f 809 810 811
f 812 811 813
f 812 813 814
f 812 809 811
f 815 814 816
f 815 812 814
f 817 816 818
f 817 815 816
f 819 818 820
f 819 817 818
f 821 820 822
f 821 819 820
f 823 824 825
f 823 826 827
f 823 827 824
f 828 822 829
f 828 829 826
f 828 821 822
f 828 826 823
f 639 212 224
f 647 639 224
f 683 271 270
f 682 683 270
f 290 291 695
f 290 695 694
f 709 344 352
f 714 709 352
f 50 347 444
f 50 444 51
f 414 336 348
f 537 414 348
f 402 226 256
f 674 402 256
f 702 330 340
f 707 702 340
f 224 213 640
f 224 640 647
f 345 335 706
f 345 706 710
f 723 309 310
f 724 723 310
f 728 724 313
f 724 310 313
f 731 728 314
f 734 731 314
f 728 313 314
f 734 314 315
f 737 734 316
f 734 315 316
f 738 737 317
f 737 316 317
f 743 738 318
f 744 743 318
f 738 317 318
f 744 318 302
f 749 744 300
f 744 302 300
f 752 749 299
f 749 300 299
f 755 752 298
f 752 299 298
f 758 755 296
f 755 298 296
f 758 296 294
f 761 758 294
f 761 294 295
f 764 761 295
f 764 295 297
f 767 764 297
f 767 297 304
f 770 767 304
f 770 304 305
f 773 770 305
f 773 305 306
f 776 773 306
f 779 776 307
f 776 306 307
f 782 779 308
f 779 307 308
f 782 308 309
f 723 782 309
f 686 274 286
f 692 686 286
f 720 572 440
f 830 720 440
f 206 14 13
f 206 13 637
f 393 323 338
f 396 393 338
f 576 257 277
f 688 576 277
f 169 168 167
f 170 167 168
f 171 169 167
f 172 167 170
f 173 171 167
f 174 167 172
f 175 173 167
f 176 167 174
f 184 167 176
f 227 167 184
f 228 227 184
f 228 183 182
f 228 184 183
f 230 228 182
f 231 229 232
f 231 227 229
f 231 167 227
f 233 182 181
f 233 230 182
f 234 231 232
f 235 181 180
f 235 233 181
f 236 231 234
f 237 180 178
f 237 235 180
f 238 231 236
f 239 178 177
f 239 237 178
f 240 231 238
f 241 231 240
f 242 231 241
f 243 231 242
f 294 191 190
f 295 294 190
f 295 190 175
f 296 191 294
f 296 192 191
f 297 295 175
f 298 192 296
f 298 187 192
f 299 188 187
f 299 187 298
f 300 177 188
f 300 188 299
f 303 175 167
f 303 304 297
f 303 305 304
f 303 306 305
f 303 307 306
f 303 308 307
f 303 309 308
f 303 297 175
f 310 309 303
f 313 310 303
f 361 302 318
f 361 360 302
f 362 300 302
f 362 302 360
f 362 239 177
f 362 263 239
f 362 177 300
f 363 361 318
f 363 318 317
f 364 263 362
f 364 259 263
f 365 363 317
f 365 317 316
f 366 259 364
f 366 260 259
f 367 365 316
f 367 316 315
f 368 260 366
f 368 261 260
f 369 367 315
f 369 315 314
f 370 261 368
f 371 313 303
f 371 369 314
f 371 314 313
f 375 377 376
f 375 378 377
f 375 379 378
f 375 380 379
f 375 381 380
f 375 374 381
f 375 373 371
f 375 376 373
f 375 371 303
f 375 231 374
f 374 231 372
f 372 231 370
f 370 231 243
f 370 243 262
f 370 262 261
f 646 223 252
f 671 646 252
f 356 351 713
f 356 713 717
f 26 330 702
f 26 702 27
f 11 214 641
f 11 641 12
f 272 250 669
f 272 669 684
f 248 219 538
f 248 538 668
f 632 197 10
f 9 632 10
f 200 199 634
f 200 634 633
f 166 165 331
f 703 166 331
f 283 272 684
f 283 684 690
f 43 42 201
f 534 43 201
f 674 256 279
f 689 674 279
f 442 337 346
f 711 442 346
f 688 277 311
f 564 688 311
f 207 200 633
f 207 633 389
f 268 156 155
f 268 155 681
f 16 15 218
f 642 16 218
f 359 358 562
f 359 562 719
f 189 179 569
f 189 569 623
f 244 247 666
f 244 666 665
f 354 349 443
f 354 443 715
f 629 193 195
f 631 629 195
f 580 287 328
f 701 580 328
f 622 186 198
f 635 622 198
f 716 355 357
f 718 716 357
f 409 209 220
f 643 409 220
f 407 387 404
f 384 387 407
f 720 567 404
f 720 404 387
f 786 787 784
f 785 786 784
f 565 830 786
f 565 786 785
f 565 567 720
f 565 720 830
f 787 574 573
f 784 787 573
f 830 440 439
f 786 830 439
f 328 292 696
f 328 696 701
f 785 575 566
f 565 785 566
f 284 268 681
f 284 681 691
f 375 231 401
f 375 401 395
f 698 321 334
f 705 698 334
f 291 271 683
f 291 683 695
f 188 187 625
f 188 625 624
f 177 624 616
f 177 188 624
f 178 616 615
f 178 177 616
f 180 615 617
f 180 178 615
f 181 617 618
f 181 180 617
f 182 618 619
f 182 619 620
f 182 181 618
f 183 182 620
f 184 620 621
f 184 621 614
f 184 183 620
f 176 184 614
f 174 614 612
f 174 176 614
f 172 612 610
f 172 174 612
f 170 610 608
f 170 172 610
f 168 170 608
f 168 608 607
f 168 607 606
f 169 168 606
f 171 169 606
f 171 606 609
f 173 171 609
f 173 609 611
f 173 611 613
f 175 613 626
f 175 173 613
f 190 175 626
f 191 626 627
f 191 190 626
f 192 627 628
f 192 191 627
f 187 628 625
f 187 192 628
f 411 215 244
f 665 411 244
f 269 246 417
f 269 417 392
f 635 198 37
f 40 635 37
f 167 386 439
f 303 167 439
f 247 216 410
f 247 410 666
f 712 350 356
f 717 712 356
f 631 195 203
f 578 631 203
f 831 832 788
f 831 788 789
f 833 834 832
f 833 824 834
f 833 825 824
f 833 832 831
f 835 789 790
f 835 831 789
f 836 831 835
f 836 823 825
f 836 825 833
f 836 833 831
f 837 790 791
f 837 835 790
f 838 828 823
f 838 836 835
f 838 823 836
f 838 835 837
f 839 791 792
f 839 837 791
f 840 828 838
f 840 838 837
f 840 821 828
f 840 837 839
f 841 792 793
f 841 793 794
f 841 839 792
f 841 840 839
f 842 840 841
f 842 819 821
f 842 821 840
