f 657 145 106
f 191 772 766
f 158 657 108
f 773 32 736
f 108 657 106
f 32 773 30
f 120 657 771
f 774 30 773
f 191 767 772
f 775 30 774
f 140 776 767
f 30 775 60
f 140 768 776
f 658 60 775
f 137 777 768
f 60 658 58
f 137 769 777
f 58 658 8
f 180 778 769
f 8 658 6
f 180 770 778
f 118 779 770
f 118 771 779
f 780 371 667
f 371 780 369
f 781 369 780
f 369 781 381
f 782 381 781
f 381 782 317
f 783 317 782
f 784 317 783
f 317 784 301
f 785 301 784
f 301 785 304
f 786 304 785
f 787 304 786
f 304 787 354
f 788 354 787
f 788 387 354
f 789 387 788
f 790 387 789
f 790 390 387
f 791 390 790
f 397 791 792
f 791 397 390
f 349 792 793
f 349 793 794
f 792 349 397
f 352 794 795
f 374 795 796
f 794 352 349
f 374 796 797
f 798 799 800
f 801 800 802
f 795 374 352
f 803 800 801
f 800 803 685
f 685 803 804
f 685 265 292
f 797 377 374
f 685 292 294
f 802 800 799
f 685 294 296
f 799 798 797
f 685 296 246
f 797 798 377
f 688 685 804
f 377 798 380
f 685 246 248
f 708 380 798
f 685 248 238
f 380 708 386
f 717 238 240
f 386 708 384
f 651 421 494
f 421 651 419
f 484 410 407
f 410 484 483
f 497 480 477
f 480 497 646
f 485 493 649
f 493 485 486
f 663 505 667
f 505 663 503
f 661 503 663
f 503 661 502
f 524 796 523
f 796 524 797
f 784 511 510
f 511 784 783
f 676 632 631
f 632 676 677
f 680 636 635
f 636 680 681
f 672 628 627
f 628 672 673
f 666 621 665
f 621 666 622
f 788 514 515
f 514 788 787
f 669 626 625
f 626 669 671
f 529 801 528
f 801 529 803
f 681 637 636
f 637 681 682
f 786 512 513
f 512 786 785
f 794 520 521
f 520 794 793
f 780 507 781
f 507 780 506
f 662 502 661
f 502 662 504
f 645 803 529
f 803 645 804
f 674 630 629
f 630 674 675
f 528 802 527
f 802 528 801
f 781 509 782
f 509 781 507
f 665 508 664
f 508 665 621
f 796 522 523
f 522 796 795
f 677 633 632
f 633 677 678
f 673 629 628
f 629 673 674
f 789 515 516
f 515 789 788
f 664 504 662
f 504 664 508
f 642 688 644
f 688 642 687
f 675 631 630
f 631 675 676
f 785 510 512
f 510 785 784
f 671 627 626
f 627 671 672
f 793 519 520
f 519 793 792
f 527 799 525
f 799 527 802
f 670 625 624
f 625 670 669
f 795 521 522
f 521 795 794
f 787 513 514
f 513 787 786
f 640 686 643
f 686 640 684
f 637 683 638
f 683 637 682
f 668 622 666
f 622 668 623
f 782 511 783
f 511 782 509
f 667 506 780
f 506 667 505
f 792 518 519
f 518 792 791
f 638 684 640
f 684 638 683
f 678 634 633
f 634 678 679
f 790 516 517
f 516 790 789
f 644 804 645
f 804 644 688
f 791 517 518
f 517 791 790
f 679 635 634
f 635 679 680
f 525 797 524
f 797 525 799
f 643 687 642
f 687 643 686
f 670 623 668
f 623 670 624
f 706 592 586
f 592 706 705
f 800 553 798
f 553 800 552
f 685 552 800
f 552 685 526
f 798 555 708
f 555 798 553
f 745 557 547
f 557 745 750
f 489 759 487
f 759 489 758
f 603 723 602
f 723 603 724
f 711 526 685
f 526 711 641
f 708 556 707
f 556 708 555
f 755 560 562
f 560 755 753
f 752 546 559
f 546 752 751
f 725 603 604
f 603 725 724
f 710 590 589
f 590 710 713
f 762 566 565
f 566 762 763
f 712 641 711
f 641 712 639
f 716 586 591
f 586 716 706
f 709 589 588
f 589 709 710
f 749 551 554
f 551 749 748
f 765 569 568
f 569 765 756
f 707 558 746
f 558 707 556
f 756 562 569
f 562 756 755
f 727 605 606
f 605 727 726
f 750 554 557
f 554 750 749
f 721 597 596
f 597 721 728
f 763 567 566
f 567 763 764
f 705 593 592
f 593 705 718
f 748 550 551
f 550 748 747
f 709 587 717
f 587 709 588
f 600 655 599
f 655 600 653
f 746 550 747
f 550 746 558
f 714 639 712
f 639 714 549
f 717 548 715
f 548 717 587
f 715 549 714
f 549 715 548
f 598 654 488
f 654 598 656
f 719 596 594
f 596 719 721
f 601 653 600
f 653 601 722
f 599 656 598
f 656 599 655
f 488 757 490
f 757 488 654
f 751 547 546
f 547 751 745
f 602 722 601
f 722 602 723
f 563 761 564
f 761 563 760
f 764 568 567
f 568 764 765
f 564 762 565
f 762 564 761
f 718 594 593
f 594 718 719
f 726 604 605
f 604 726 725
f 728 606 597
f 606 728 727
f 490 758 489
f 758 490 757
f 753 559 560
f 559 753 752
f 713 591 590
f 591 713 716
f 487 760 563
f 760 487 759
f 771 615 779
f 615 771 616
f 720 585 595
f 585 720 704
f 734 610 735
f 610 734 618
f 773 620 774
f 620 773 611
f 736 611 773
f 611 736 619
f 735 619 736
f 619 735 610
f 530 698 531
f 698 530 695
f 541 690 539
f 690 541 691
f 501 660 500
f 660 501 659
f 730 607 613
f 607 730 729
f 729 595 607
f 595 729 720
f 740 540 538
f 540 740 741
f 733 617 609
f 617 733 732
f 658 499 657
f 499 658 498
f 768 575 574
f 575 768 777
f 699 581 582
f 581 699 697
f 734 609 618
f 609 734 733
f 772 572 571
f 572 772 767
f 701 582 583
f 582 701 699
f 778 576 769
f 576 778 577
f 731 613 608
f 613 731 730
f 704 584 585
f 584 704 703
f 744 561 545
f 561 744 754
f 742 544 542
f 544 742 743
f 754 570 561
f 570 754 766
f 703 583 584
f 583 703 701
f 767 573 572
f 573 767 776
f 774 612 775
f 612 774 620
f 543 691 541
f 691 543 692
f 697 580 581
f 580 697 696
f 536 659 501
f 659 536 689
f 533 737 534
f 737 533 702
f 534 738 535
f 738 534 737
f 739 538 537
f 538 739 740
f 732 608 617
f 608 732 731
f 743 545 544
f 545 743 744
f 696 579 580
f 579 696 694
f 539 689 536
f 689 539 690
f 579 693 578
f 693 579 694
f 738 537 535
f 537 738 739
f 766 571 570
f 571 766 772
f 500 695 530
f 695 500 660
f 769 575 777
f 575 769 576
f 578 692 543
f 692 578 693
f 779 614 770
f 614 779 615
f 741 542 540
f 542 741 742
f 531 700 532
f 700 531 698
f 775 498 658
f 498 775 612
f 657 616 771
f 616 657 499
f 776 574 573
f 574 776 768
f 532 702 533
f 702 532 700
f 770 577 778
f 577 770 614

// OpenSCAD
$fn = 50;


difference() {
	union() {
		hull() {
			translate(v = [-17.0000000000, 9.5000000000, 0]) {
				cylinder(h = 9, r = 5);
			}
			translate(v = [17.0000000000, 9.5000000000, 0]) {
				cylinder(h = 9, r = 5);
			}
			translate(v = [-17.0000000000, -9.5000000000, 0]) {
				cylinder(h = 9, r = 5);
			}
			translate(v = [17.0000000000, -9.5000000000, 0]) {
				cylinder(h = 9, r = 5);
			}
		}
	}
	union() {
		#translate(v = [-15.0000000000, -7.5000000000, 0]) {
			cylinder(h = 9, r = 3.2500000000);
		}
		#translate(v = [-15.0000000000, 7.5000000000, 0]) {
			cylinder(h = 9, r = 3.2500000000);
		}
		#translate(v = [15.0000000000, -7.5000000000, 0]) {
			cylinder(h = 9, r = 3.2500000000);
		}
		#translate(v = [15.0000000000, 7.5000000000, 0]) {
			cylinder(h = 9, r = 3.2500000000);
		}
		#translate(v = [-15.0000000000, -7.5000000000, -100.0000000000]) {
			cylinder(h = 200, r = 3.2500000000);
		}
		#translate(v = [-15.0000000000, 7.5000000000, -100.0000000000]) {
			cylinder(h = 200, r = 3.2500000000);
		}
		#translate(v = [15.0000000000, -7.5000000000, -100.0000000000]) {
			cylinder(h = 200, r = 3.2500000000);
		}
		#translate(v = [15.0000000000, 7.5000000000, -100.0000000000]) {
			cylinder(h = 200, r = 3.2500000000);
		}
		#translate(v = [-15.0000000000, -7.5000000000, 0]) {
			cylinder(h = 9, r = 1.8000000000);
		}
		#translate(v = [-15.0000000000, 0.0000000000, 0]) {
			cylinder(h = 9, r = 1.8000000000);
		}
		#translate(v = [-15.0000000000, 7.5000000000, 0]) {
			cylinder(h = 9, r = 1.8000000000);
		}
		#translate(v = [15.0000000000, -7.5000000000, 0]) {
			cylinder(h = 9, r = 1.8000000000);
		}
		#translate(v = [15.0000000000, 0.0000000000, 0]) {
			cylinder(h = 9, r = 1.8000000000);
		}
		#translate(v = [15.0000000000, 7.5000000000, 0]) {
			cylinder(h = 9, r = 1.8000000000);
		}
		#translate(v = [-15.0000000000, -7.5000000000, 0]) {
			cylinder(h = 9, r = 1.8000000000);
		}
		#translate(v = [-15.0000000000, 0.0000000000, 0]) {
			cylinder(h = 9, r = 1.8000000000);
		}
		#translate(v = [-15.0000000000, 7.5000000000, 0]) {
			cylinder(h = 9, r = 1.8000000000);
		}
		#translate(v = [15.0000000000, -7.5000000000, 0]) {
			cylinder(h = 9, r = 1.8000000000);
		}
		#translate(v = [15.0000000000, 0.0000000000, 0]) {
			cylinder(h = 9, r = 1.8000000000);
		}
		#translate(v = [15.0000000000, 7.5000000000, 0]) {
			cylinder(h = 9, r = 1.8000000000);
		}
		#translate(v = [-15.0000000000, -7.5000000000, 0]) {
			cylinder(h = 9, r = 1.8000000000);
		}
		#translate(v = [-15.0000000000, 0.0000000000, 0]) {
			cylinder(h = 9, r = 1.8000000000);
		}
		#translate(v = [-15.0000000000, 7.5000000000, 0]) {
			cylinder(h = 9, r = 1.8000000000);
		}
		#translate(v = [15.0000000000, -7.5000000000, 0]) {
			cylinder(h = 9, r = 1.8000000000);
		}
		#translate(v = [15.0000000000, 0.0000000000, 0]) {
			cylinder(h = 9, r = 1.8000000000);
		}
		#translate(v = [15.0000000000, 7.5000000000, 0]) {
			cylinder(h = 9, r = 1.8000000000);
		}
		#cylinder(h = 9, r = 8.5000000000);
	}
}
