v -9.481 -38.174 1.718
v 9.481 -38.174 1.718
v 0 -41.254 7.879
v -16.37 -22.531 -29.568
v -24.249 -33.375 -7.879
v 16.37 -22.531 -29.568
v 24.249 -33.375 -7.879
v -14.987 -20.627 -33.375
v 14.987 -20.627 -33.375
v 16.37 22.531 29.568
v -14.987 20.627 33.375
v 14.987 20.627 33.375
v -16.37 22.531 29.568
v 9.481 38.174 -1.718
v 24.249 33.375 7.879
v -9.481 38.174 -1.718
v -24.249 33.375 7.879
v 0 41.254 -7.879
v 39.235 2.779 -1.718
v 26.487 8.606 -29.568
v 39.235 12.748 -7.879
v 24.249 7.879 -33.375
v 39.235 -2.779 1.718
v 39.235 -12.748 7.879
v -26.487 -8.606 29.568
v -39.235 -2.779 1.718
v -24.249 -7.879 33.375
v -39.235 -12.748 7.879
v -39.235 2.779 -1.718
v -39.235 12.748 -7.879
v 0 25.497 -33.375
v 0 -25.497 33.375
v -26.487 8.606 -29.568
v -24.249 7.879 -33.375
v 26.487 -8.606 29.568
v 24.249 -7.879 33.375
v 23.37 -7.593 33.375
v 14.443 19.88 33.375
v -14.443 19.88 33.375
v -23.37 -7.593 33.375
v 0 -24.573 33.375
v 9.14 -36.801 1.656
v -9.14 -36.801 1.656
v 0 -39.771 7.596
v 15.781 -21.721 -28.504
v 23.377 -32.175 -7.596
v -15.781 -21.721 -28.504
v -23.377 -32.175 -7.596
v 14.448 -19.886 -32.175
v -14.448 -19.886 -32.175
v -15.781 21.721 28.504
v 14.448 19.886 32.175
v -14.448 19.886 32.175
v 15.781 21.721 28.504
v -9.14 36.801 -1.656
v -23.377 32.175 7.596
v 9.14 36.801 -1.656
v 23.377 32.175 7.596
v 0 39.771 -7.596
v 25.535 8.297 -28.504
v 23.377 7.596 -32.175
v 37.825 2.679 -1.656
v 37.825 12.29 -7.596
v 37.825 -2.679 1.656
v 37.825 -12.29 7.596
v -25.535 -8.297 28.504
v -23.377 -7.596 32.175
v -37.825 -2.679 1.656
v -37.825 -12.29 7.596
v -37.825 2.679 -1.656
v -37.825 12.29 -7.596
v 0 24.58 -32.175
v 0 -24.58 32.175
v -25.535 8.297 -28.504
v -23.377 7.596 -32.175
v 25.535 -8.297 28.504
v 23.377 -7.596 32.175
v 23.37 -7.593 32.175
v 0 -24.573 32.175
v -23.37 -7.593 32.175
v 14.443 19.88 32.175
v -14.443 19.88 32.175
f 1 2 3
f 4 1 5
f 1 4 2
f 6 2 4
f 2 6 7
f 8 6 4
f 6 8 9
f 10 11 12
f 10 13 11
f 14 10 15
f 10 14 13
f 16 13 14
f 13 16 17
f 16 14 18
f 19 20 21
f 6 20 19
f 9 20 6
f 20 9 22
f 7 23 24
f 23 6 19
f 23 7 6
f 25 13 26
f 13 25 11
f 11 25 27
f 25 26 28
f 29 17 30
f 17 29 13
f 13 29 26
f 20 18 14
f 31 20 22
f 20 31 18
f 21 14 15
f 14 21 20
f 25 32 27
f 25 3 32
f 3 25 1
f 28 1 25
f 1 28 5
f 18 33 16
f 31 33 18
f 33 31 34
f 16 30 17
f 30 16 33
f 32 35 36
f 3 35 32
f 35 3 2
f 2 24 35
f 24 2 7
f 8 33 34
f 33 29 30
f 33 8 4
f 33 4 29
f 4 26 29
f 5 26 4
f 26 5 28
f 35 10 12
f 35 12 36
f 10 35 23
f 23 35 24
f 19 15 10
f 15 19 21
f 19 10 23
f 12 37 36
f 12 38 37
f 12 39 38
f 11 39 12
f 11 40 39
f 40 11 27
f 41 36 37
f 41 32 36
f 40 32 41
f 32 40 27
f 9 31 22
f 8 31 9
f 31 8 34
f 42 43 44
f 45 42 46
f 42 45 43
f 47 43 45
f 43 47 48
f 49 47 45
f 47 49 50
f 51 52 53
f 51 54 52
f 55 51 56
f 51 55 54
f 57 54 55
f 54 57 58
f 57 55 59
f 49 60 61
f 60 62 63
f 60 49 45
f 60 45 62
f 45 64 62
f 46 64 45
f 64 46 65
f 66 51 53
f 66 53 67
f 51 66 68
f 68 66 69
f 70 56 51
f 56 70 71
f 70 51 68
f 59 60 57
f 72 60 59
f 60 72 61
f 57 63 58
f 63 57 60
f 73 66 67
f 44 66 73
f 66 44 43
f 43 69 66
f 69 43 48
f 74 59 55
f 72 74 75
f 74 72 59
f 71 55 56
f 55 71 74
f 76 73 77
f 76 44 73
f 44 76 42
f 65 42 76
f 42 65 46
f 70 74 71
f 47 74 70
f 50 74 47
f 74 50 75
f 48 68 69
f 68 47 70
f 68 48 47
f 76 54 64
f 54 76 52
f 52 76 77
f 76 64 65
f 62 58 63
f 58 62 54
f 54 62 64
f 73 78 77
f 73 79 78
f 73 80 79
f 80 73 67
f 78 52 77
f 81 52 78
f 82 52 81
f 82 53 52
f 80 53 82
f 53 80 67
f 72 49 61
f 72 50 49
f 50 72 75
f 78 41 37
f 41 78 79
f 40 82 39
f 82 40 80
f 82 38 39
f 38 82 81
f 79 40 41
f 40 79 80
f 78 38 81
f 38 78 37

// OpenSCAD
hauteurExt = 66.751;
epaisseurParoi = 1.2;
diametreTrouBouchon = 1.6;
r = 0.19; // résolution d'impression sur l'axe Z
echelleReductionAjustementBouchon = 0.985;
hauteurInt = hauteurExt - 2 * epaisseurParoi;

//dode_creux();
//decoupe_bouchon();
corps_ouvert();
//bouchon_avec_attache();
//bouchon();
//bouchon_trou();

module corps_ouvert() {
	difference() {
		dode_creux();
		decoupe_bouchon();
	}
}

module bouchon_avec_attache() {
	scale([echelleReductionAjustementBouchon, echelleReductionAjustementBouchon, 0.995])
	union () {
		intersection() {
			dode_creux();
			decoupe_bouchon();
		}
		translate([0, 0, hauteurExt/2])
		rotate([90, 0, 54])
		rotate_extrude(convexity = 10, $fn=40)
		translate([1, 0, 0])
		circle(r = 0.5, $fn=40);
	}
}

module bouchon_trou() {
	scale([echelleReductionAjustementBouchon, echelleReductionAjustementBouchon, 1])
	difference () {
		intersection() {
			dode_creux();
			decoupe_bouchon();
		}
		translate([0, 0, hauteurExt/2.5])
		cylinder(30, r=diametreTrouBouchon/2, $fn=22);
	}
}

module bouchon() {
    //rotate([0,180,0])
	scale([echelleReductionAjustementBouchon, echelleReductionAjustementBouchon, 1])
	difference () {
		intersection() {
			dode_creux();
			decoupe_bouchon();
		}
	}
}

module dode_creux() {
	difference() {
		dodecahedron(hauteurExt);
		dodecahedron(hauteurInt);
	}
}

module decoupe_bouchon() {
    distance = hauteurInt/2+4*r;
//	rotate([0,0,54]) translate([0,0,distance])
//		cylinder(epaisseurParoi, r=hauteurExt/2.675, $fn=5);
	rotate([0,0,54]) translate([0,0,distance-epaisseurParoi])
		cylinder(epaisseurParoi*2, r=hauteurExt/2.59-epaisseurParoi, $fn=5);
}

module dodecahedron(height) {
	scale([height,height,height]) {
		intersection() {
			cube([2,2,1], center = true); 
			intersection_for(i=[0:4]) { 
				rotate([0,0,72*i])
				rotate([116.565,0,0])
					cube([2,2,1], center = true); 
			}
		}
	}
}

○ ○ ○ ○ ○

#### Work to complete:
Could you restate word for word the lines above from the one containing "f 835 789 790" through the one containing "f 685 803 804", both included, and nothing else?

#### Task output:
f 835 789 790
f 835 831 789
f 836 831 835
f 836 823 825
f 836 825 833
f 836 833 831
f 837 790 791
f 837 835 790
f 838 828 823
f 838 836 835
f 838 823 836
f 838 835 837
f 839 791 792
f 839 837 791
f 840 828 838
f 840 838 837
f 840 821 828
f 840 837 839
f 841 792 793
f 841 793 794
f 841 839 792
f 841 840 839
f 842 840 841
f 842 819 821
f 842 821 840
f 657 145 106
f 191 772 766
f 158 657 108
f 773 32 736
f 108 657 106
f 32 773 30
f 120 657 771
f 774 30 773
f 191 767 772
f 775 30 774
f 140 776 767
f 30 775 60
f 140 768 776
f 658 60 775
f 137 777 768
f 60 658 58
f 137 769 777
f 58 658 8
f 180 778 769
f 8 658 6
f 180 770 778
f 118 779 770
f 118 771 779
f 780 371 667
f 371 780 369
f 781 369 780
f 369 781 381
f 782 381 781
f 381 782 317
f 783 317 782
f 784 317 783
f 317 784 301
f 785 301 784
f 301 785 304
f 786 304 785
f 787 304 786
f 304 787 354
f 788 354 787
f 788 387 354
f 789 387 788
f 790 387 789
f 790 390 387
f 791 390 790
f 397 791 792
f 791 397 390
f 349 792 793
f 349 793 794
f 792 349 397
f 352 794 795
f 374 795 796
f 794 352 349
f 374 796 797
f 798 799 800
f 801 800 802
f 795 374 352
f 803 800 801
f 800 803 685
f 685 803 804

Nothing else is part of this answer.